Vanessa Kosoy comments on The hard core of alignment (is robustifying RL)

Vanessa Kosoy 16 May 2026 16:41 UTC
7 points
1
Another such approach is computational superimitation (COSI), which seems to make a totally different set of assumptions (which very few people understand well enough to question). I hope that Vanessa Kosoy and Diffractor do not unilaterally decide that they have properly specified alignment, and then actually try to build an ASI based on COSI.
(I haven’t read the entire post yet, just wanted to respond to this point. The following is on behalf of myself and CORAL, but Diffractor might have his own take.)
I hope we will build ASI based on COSI (or some evolution of COSI), but it will be when
1. The theory is much, much more developed.
2. The assumptions are extensively validated in theory, by some combination of
3. 1. Reducing the assumptions as much as possible to a simple and intuitive core.
  2. Studying the theoretical implications of the assumptions in detail, to see that they lead to a comprehensive, coherent and convincing mathematico-philosophical view.
  3. Tying the assumptions to knowledge in other fields, such as physics, cognitive science and evolutionary biology.

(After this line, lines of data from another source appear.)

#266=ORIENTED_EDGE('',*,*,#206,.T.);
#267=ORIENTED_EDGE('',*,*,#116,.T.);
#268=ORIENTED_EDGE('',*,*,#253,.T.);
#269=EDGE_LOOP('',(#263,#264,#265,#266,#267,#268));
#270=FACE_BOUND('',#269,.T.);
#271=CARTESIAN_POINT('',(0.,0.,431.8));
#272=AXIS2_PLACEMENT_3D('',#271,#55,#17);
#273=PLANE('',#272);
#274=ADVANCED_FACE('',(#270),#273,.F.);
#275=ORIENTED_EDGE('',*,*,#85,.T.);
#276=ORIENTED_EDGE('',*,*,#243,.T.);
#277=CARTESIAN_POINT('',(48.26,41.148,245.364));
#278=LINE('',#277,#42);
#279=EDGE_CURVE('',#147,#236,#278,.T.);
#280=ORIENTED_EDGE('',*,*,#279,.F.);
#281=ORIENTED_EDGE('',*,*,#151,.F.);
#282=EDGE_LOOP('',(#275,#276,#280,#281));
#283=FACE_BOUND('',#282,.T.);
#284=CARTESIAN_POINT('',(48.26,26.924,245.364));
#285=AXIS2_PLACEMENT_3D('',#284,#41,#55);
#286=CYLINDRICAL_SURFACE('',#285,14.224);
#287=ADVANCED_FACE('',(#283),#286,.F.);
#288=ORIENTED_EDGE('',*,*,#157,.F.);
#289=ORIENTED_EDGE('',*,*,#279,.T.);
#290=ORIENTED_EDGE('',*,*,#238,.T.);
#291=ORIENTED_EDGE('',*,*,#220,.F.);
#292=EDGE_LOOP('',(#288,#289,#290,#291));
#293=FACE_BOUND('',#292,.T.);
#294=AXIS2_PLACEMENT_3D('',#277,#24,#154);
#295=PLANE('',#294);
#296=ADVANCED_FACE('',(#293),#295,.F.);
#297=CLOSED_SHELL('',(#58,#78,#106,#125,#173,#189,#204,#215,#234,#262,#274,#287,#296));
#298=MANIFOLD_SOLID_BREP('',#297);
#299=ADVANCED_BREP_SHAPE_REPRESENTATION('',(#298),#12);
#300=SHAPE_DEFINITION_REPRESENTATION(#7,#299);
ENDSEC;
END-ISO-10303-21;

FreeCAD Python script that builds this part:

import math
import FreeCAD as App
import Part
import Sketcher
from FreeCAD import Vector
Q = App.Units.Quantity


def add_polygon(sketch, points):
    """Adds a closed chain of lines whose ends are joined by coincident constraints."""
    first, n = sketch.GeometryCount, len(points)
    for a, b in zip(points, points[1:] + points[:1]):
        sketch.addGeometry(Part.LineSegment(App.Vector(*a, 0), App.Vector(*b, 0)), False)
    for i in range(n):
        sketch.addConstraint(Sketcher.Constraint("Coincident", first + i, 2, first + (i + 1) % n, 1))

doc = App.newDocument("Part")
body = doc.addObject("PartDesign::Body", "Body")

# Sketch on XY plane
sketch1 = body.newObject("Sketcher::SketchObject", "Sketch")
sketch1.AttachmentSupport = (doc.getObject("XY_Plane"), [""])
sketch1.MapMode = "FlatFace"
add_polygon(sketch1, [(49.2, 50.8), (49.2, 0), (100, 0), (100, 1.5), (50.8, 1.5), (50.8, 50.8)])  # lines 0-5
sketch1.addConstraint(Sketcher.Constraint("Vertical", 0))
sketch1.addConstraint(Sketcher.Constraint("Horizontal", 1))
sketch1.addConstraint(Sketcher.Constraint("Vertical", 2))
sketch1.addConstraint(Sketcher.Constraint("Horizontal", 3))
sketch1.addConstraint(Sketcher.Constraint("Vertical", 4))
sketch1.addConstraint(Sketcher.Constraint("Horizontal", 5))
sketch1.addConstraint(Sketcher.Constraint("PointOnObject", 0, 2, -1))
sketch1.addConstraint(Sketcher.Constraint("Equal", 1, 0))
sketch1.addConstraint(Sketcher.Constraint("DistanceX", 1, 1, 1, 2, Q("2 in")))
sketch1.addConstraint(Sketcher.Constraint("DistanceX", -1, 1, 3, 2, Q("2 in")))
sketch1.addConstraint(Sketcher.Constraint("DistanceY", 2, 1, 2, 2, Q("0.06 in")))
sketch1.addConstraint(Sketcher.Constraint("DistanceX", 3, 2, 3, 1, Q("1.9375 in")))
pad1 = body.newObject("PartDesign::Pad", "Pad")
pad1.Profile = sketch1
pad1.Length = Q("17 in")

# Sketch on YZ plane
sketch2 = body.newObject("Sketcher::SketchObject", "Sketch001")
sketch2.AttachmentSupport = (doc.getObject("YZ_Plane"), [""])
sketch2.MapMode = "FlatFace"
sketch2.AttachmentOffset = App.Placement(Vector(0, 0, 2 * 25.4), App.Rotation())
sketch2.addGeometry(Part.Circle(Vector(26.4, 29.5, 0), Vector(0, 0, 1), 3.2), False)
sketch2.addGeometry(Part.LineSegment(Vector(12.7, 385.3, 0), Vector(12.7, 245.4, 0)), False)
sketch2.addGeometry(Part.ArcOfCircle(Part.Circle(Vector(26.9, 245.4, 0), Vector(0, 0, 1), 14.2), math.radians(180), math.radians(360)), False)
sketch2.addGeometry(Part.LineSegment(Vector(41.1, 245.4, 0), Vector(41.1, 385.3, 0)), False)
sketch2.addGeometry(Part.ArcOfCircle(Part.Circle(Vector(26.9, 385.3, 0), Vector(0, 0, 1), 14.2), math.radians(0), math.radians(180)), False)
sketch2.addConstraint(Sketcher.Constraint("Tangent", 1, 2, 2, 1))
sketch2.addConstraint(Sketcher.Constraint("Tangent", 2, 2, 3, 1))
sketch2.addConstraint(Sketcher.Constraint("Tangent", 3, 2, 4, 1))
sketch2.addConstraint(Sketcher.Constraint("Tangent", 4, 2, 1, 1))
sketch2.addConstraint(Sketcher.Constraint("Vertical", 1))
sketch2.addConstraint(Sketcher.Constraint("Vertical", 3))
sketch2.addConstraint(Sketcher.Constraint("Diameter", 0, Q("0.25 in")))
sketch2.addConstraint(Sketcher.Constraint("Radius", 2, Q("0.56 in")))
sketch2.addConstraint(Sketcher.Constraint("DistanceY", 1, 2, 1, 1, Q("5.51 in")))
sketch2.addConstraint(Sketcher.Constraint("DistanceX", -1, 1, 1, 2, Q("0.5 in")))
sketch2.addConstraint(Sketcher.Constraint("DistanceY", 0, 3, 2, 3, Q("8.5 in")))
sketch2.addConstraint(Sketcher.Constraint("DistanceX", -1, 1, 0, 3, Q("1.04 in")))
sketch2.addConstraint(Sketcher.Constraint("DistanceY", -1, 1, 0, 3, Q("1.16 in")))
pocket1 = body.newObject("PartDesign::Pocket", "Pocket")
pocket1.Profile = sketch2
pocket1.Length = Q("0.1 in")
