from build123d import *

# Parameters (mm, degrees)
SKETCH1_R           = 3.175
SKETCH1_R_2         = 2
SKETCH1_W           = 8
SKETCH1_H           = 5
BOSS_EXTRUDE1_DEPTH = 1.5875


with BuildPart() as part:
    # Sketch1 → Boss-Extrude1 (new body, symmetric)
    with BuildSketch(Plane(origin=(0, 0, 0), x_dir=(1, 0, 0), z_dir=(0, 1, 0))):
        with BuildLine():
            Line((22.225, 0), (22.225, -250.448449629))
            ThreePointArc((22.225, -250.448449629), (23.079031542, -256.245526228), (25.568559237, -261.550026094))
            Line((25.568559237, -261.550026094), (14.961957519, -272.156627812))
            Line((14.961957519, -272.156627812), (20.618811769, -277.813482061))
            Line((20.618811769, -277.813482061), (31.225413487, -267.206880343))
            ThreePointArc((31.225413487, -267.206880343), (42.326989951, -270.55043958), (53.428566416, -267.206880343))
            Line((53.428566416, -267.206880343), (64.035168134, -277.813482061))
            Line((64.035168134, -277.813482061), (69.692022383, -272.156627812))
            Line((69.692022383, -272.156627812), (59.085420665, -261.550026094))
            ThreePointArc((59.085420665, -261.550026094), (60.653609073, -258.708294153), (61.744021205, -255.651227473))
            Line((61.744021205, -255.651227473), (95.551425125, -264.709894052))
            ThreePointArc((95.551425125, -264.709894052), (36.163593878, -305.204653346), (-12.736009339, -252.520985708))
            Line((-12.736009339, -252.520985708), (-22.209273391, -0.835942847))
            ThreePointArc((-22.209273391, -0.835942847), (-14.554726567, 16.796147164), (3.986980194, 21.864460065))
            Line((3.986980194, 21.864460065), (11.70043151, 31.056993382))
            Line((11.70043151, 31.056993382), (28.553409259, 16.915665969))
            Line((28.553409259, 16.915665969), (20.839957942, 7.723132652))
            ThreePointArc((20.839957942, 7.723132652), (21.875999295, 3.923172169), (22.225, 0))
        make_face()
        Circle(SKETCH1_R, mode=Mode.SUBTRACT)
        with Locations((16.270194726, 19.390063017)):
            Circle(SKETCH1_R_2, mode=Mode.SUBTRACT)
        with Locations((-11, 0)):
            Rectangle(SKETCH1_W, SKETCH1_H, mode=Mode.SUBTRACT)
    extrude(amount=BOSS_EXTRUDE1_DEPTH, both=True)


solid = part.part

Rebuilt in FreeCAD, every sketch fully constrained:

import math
import FreeCAD as App
import Part
import Sketcher
Q = App.Units.Quantity


def add_polygon(sketch, points):
    """Adds a closed chain of lines whose ends are joined by coincident constraints."""
    first, n = sketch.GeometryCount, len(points)
    for a, b in zip(points, points[1:] + points[:1]):
        sketch.addGeometry(Part.LineSegment(App.Vector(*a, 0), App.Vector(*b, 0)), False)
    for i in range(n):
        sketch.addConstraint(Sketcher.Constraint("Coincident", first + i, 2, first + (i + 1) % n, 1))

doc = App.newDocument("Part")
body = doc.addObject("PartDesign::Body", "Body")

# Sketch on XZ plane
sketch1 = body.newObject("Sketcher::SketchObject", "Sketch")
sketch1.AttachmentSupport = (doc.getObject("XZ_Plane"), [""])
sketch1.MapMode = "FlatFace"
sketch1.addGeometry(Part.LineSegment(App.Vector(22.2, 250.4, 0), App.Vector(22.2, 0, 0)), False)  # 0
sketch1.addGeometry(Part.ArcOfCircle(Part.Circle(App.Vector(0, 0, 0), App.Vector(0, 0, 1), 22.2), math.radians(-20), math.radians(0)), False)  # 1
sketch1.addGeometry(Part.LineSegment(App.Vector(20.8, -7.7, 0), App.Vector(28.6, -16.9, 0)), False)  # 2
sketch1.addGeometry(Part.LineSegment(App.Vector(28.6, -16.9, 0), App.Vector(11.7, -31.1, 0)), False)  # 3
sketch1.addGeometry(Part.LineSegment(App.Vector(11.7, -31.1, 0), App.Vector(4, -21.9, 0)), False)  # 4
sketch1.addGeometry(Part.ArcOfCircle(Part.Circle(App.Vector(0, 0, 0), App.Vector(0, 0, 1), 22.2), math.radians(178), math.radians(280)), False)  # 5
sketch1.addGeometry(Part.LineSegment(App.Vector(-22.2, 0.8, 0), App.Vector(-12.7, 252.5, 0)), False)  # 6
sketch1.addGeometry(Part.ArcOfCircle(Part.Circle(App.Vector(42.3, 250.4, 0), App.Vector(0, 0, 1), 55.1), math.radians(15), math.radians(178)), False)  # 7
sketch1.addGeometry(Part.LineSegment(App.Vector(95.6, 264.7, 0), App.Vector(61.7, 255.7, 0)), False)  # 8
sketch1.addGeometry(Part.ArcOfCircle(Part.Circle(App.Vector(42.3, 250.4, 0), App.Vector(0, 0, 1), 20.1), math.radians(15), math.radians(33.52)), False)  # 9
sketch1.addGeometry(Part.LineSegment(App.Vector(59.1, 261.6, 0), App.Vector(69.7, 272.2, 0)), False)  # 10
sketch1.addGeometry(Part.LineSegment(App.Vector(69.7, 272.2, 0), App.Vector(64, 277.8, 0)), False)  # 11
sketch1.addGeometry(Part.LineSegment(App.Vector(64, 277.8, 0), App.Vector(53.4, 267.2, 0)), False)  # 12
sketch1.addGeometry(Part.ArcOfCircle(Part.Circle(App.Vector(42.3, 250.4, 0), App.Vector(0, 0, 1), 20.1), math.radians(56), math.radians(124)), False)  # 13
sketch1.addGeometry(Part.LineSegment(App.Vector(31.2, 267.2, 0), App.Vector(20.6, 277.8, 0)), False)  # 14
sketch1.addGeometry(Part.LineSegment(App.Vector(20.6, 277.8, 0), App.Vector(15, 272.2, 0)), False)  # 15
sketch1.addGeometry(Part.LineSegment(App.Vector(15, 272.2, 0), App.Vector(25.6, 261.6, 0)), False)  # 16
sketch1.addGeometry(Part.ArcOfCircle(Part.Circle(App.Vector(42.3, 250.4, 0), App.Vector(0, 0, 1), 20.1), math.radians(146), math.radians(180)), False)  # 17
sketch1.addGeometry(Part.Circle(App.Vector(0, 0, 0), App.Vector(0, 0, 1), 3.2), False)  # 18
add_polygon(sketch1, [(-15, 2.5), (-15, -2.5), (-7, -2.5), (-7, 2.5)])  # lines 19-22
sketch1.addGeometry(Part.Circle(App.Vector(16.3, -19.4, 0), App.Vector(0, 0, 1), 2), False)  # 23
sketch1.addConstraint(Sketcher.Constraint("Tangent", 0, 2, 1, 2))
sketch1.addConstraint(Sketcher.Constraint("Coincident", 1, 1, 2, 1))
sketch1.addConstraint(Sketcher.Constraint("Coincident", 2, 2, 3, 1))
sketch1.addConstraint(Sketcher.Constraint("Coincident", 3, 2, 4, 1))
sketch1.addConstraint(Sketcher.Constraint("Coincident", 4, 2, 5, 2))
sketch1.addConstraint(Sketcher.Constraint("Tangent", 5, 1, 6, 1))
sketch1.addConstraint(Sketcher.Constraint("Tangent", 6, 2, 7, 2))
sketch1.addConstraint(Sketcher.Constraint("Coincident", 7, 1, 8, 1))
sketch1.addConstraint(Sketcher.Constraint("Coincident", 8, 2, 9, 1))
sketch1.addConstraint(Sketcher.Constraint("Coincident", 9, 2, 10, 1))
sketch1.addConstraint(Sketcher.Constraint("Coincident", 10, 2, 11, 1))
sketch1.addConstraint(Sketcher.Constraint("Coincident", 11, 2, 12, 1))
sketch1.addConstraint(Sketcher.Constraint("Coincident", 12, 2, 13, 1))
sketch1.addConstraint(Sketcher.Constraint("Coincident", 13, 2, 14, 1))
sketch1.addConstraint(Sketcher.Constraint("Coincident", 14, 2, 15, 1))
sketch1.addConstraint(Sketcher.Constraint("Coincident", 15, 2, 16, 1))
sketch1.addConstraint(Sketcher.Constraint("Coincident", 16, 2, 17, 1))
sketch1.addConstraint(Sketcher.Constraint("Tangent", 17, 2, 0, 1))
sketch1.addConstraint(Sketcher.Constraint("Vertical", 0))
sketch1.addConstraint(Sketcher.Constraint("Vertical", 19))
sketch1.addConstraint(Sketcher.Constraint("Horizontal", 20))
sketch1.addConstraint(Sketcher.Constraint("Vertical", 21))
sketch1.addConstraint(Sketcher.Constraint("Horizontal", 22))
sketch1.addConstraint(Sketcher.Constraint("Coincident", 1, 3, -1, 1))
sketch1.addConstraint(Sketcher.Constraint("Coincident", 5, 3, -1, 1))
sketch1.addConstraint(Sketcher.Constraint("Coincident", 18, 3, -1, 1))
sketch1.addConstraint(Sketcher.Constraint("Coincident", 9, 3, 7, 3))
sketch1.addConstraint(Sketcher.Constraint("Coincident", 13, 3, 7, 3))
sketch1.addConstraint(Sketcher.Constraint("Coincident", 17, 3, 7, 3))
sketch1.addConstraint(Sketcher.Constraint("Equal", 1, 5))
sketch1.addConstraint(Sketcher.Constraint("Equal", 9, 13))
sketch1.addConstraint(Sketcher.Constraint("Equal", 13, 17))
sketch1.addConstraint(Sketcher.Constraint("Perpendicular", 2, 3))
sketch1.addConstraint(Sketcher.Constraint("Perpendicular", 3, 4))
sketch1.addConstraint(Sketcher.Constraint("Perpendicular", 10, 11))
sketch1.addConstraint(Sketcher.Constraint("Perpendicular", 11, 12))
sketch1.addConstraint(Sketcher.Constraint("Perpendicular", 12, 14))
sketch1.addConstraint(Sketcher.Constraint("Perpendicular", 14, 15))
sketch1.addConstraint(Sketcher.Constraint("Perpendicular", 15, 16))
sketch1.addConstraint(Sketcher.Constraint("Horizontal", 12, 2, 13, 2))
sketch1.addConstraint(Sketcher.Constraint("Horizontal", 11, 2, 14, 2))
sketch1.addConstraint(Sketcher.Constraint("Horizontal", 10, 2, 15, 2))
sketch1.addConstraint(Sketcher.Constraint("Horizontal", 9, 2, 16, 2))
sketch1.addConstraint(Sketcher.Constraint("Equal", 2, 4))
sketch1.addConstraint(Sketcher.Constraint("Equal", 10, 12))
sketch1.addConstraint(Sketcher.Constraint("Diameter", 23, 4.0))
sketch1.addConstraint(Sketcher.Constraint("Diameter", 18, 6.35))
sketch1.addConstraint(Sketcher.Constraint("DistanceX", 20, 1, 20, 2, 8.0))
sketch1.addConstraint(Sketcher.Constraint("DistanceY", 19, 2, 19, 1, 5.0))
sketch1.addConstraint(Sketcher.Constraint("Angle", 2, Q("-50 deg")))
sketch1.addConstraint(Sketcher.Constraint("Angle", 8, Q("-165 deg")))
sketch1.addConstraint(Sketcher.Constraint("Distance", 2, 12.0))
sketch1.addConstraint(Sketcher.Constraint("Distance", 3, 22.0))
sketch1.addConstraint(Sketcher.Constraint("Distance", 8, 35.0))
sketch1.addConstraint(Sketcher.Constraint("Distance", 10, 15.0))
sketch1.addConstraint(Sketcher.Constraint("Distance", 11, 8.0))
sketch1.addConstraint(Sketcher.Constraint("DistanceX", 19, 2, -1, 1, 15.0))
sketch1.addConstraint(Sketcher.Constraint("Radius", 1, 22.225))
sketch1.addConstraint(Sketcher.Constraint("DistanceY", 19, 2, -1, 1, 2.5))
sketch1.addConstraint(Sketcher.Constraint("Radius", 7, 55.10199))
sketch1.addConstraint(Sketcher.Constraint("DistanceX", 8, 2, 10, 2, 7.948001))
sketch1.addConstraint(Sketcher.Constraint("DistanceY", 0, 2, 0, 1, 250.44845))
sketch1.addConstraint(Sketcher.Constraint("DistanceY", 23, 3, 1, 1, 11.66693))
sketch1.addConstraint(Sketcher.Constraint("DistanceX", 5, 1, 23, 3, 38.479468))
pad1 = body.newObject("PartDesign::Pad", "Pad")
pad1.Profile = sketch1
pad1.Length = 3.175
pad1.Midplane = True

doc.recompute()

4. The assumptions are extensively validated in practice, by building scaled-down models and studying them with interpretability tools that also come out of the theory.
5. Waiting for an even stronger validation is infeasible because unaligned ASI is about to emerge from other projects, and the other projects refuse to coordinate on a pause.
As to “unilaterally”, we are very interested in thoughtful critique from other researchers. We are also going to vocally support a global AI moratorium that would apply to us. But, if there is no moratorium, we don’t commit to waiting for a global academic consensus that will never come (see point 4 above).